In fact, it's the opposite: the lockdowns are designed to protect life and preserve liberty.
Until there is a successful vaccine for COVID-19, or enough mass testing to work out who has had it, and whether they have developed an immunity, the lockdowns are going to be an absolutely vital tool in fighting the virus.
Yet impatient leaders like Georgia governor Brian Kemp have announced plans to imminently reopen their state's economy, including hair salons, fitness centres, movie theaters and restaurants, at a time when Georgia – which has some of the highest asthma rates in the US - is seeing rising death and infection numbers.
This is premature, reckless and will cost lives.
Just as it is particularly stupid and dangerous for the protestors to ignore social distancing rules as they protest, as we see so many doing.
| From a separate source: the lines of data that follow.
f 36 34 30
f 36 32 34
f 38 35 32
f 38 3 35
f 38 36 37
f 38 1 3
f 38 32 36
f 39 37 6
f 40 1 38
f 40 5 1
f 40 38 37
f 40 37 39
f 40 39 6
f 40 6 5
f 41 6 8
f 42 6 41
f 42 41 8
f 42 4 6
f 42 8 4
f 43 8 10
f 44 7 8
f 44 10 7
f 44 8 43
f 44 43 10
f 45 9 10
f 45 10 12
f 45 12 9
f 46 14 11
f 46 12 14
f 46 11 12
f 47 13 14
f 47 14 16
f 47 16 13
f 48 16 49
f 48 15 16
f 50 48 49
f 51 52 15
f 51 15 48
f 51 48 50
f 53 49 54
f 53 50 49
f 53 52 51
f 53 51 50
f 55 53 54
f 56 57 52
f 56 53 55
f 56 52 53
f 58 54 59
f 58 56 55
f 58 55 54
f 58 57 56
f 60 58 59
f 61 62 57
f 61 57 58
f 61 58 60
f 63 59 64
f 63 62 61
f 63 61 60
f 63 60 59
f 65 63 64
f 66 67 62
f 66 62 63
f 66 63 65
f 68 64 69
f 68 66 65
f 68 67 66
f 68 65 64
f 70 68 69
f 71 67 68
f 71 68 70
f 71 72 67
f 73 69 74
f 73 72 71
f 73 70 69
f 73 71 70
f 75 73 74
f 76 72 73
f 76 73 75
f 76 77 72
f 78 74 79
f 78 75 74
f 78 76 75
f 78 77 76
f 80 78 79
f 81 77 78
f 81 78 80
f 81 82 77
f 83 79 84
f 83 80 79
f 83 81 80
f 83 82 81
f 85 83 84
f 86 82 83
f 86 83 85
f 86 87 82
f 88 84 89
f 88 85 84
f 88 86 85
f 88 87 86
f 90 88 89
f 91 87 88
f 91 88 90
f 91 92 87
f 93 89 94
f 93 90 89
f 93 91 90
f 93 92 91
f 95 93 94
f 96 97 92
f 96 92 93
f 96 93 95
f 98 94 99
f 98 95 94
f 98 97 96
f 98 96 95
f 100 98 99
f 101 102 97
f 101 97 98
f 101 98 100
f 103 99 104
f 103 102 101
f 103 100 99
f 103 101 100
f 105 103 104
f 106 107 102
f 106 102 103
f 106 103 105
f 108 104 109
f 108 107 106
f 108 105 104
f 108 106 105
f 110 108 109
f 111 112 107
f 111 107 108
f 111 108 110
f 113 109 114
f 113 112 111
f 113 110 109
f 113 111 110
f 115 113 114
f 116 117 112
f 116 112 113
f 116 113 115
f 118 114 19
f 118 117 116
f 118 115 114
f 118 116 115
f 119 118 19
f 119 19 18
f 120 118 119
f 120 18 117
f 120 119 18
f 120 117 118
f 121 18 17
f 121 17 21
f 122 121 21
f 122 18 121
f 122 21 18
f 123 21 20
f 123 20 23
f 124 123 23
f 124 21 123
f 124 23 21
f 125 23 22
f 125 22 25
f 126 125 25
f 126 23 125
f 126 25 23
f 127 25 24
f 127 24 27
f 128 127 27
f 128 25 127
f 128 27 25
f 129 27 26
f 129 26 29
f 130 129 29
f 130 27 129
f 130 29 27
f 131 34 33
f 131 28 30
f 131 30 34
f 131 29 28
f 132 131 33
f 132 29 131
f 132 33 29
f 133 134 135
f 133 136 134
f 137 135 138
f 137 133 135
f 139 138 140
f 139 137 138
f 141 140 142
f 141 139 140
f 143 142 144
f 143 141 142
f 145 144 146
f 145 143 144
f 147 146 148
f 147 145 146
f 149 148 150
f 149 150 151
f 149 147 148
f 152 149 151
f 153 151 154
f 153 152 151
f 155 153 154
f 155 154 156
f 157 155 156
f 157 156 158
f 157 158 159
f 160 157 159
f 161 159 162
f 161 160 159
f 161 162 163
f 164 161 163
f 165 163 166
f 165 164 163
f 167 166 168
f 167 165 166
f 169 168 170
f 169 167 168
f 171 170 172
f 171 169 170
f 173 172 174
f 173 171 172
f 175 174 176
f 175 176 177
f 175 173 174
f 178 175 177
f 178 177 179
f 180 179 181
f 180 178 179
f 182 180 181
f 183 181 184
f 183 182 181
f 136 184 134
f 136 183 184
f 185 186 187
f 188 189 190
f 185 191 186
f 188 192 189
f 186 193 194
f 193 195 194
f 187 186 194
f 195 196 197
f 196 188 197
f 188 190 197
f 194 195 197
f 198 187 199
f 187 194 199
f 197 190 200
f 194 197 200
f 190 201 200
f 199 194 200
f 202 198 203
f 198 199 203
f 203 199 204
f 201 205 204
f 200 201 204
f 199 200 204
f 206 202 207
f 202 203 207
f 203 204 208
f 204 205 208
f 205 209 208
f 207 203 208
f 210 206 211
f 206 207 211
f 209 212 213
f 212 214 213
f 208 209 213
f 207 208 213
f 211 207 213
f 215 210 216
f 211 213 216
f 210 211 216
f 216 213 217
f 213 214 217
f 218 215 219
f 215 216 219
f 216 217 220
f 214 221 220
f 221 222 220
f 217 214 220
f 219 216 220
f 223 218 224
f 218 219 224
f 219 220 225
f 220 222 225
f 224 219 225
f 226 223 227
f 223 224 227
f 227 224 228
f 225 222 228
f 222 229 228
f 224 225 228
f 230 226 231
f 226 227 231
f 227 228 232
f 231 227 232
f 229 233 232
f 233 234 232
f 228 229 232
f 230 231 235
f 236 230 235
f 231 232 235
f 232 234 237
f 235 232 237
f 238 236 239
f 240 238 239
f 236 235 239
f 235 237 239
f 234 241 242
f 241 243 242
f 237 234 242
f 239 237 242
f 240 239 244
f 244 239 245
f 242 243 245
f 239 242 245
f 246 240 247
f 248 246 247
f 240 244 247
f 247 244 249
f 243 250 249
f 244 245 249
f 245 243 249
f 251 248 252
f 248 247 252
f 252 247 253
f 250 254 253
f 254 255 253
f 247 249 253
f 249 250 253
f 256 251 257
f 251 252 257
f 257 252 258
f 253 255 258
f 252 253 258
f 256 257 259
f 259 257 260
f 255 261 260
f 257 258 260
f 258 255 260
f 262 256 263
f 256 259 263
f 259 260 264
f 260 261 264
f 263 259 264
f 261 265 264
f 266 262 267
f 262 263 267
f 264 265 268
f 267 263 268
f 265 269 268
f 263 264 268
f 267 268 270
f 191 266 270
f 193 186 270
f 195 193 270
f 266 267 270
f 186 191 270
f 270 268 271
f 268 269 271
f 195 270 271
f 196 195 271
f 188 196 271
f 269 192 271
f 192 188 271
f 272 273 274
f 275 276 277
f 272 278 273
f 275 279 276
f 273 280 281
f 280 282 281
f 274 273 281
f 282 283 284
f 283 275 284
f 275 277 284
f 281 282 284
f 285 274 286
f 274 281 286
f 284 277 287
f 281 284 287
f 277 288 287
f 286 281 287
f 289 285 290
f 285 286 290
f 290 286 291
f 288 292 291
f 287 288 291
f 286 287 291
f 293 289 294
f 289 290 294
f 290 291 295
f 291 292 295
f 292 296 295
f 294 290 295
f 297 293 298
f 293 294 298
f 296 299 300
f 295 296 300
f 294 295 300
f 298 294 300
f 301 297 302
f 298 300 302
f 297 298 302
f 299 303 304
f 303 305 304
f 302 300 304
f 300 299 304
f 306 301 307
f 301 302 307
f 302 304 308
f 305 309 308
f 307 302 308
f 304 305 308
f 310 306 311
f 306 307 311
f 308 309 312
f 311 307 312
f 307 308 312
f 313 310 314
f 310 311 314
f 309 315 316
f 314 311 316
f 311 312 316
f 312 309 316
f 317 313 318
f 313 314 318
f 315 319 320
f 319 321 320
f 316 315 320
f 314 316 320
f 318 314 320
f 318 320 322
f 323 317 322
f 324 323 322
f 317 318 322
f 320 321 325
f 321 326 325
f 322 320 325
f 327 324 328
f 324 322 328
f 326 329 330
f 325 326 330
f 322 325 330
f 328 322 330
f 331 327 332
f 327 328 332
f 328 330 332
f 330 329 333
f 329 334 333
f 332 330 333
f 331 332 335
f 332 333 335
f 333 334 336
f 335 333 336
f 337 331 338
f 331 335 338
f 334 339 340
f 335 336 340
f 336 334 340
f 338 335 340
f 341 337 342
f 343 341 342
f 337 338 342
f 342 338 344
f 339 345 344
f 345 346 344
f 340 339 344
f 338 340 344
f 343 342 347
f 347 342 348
This will also cost lives.
And if they don't believe me, I urge them all to consider the story of a man named John McDaniel, 60, from Marion County in Ohio.
On March 15, he was so enraged by Governor Mike DeWine's lockdown measures that he posted the following on Facebook: 'If what I'm hearing is true, that DeWine has ordered the bars and restaurants to be closed, I say bullsh*t! He doesn't have the authority. If you are paranoid about getting sick just don't go out. It shouldn't keep those of us from living our lives. This madness has to stop.'
Two days earlier, McDaniel, married with two children and boss of an industrial equipment supply company, suggested the dangers posed by the coronavirus had been massively exaggerated.
'Does anybody have the guts to say this COVID-19 is a political ploy? Asking for a friend. Prove me wrong.'
John McDaniel died from COVID-19 on April 15.
4 comments:
I wear a mask when I go out for necessities. I do think some jurisdictions have taken restrictions a bit too far.
I don't believe Covid-19 is a political ploy. It is, however, being used as a political focus by people who believe in increasing the power of government and decreasing the freedom of the people every chance they get. The bug gives them a chance, a BIG chance. They are attempting to take advantage of it.
The government shouldn't try to be my mother. They're more like the creepy uncle you don't trust or want to be around.
Thank You Anon. I agree. I ain't wearing no stinking masks. And I go where I like, when I like, and how I like. I figure I'm a big boy now. I no longer need a mommy.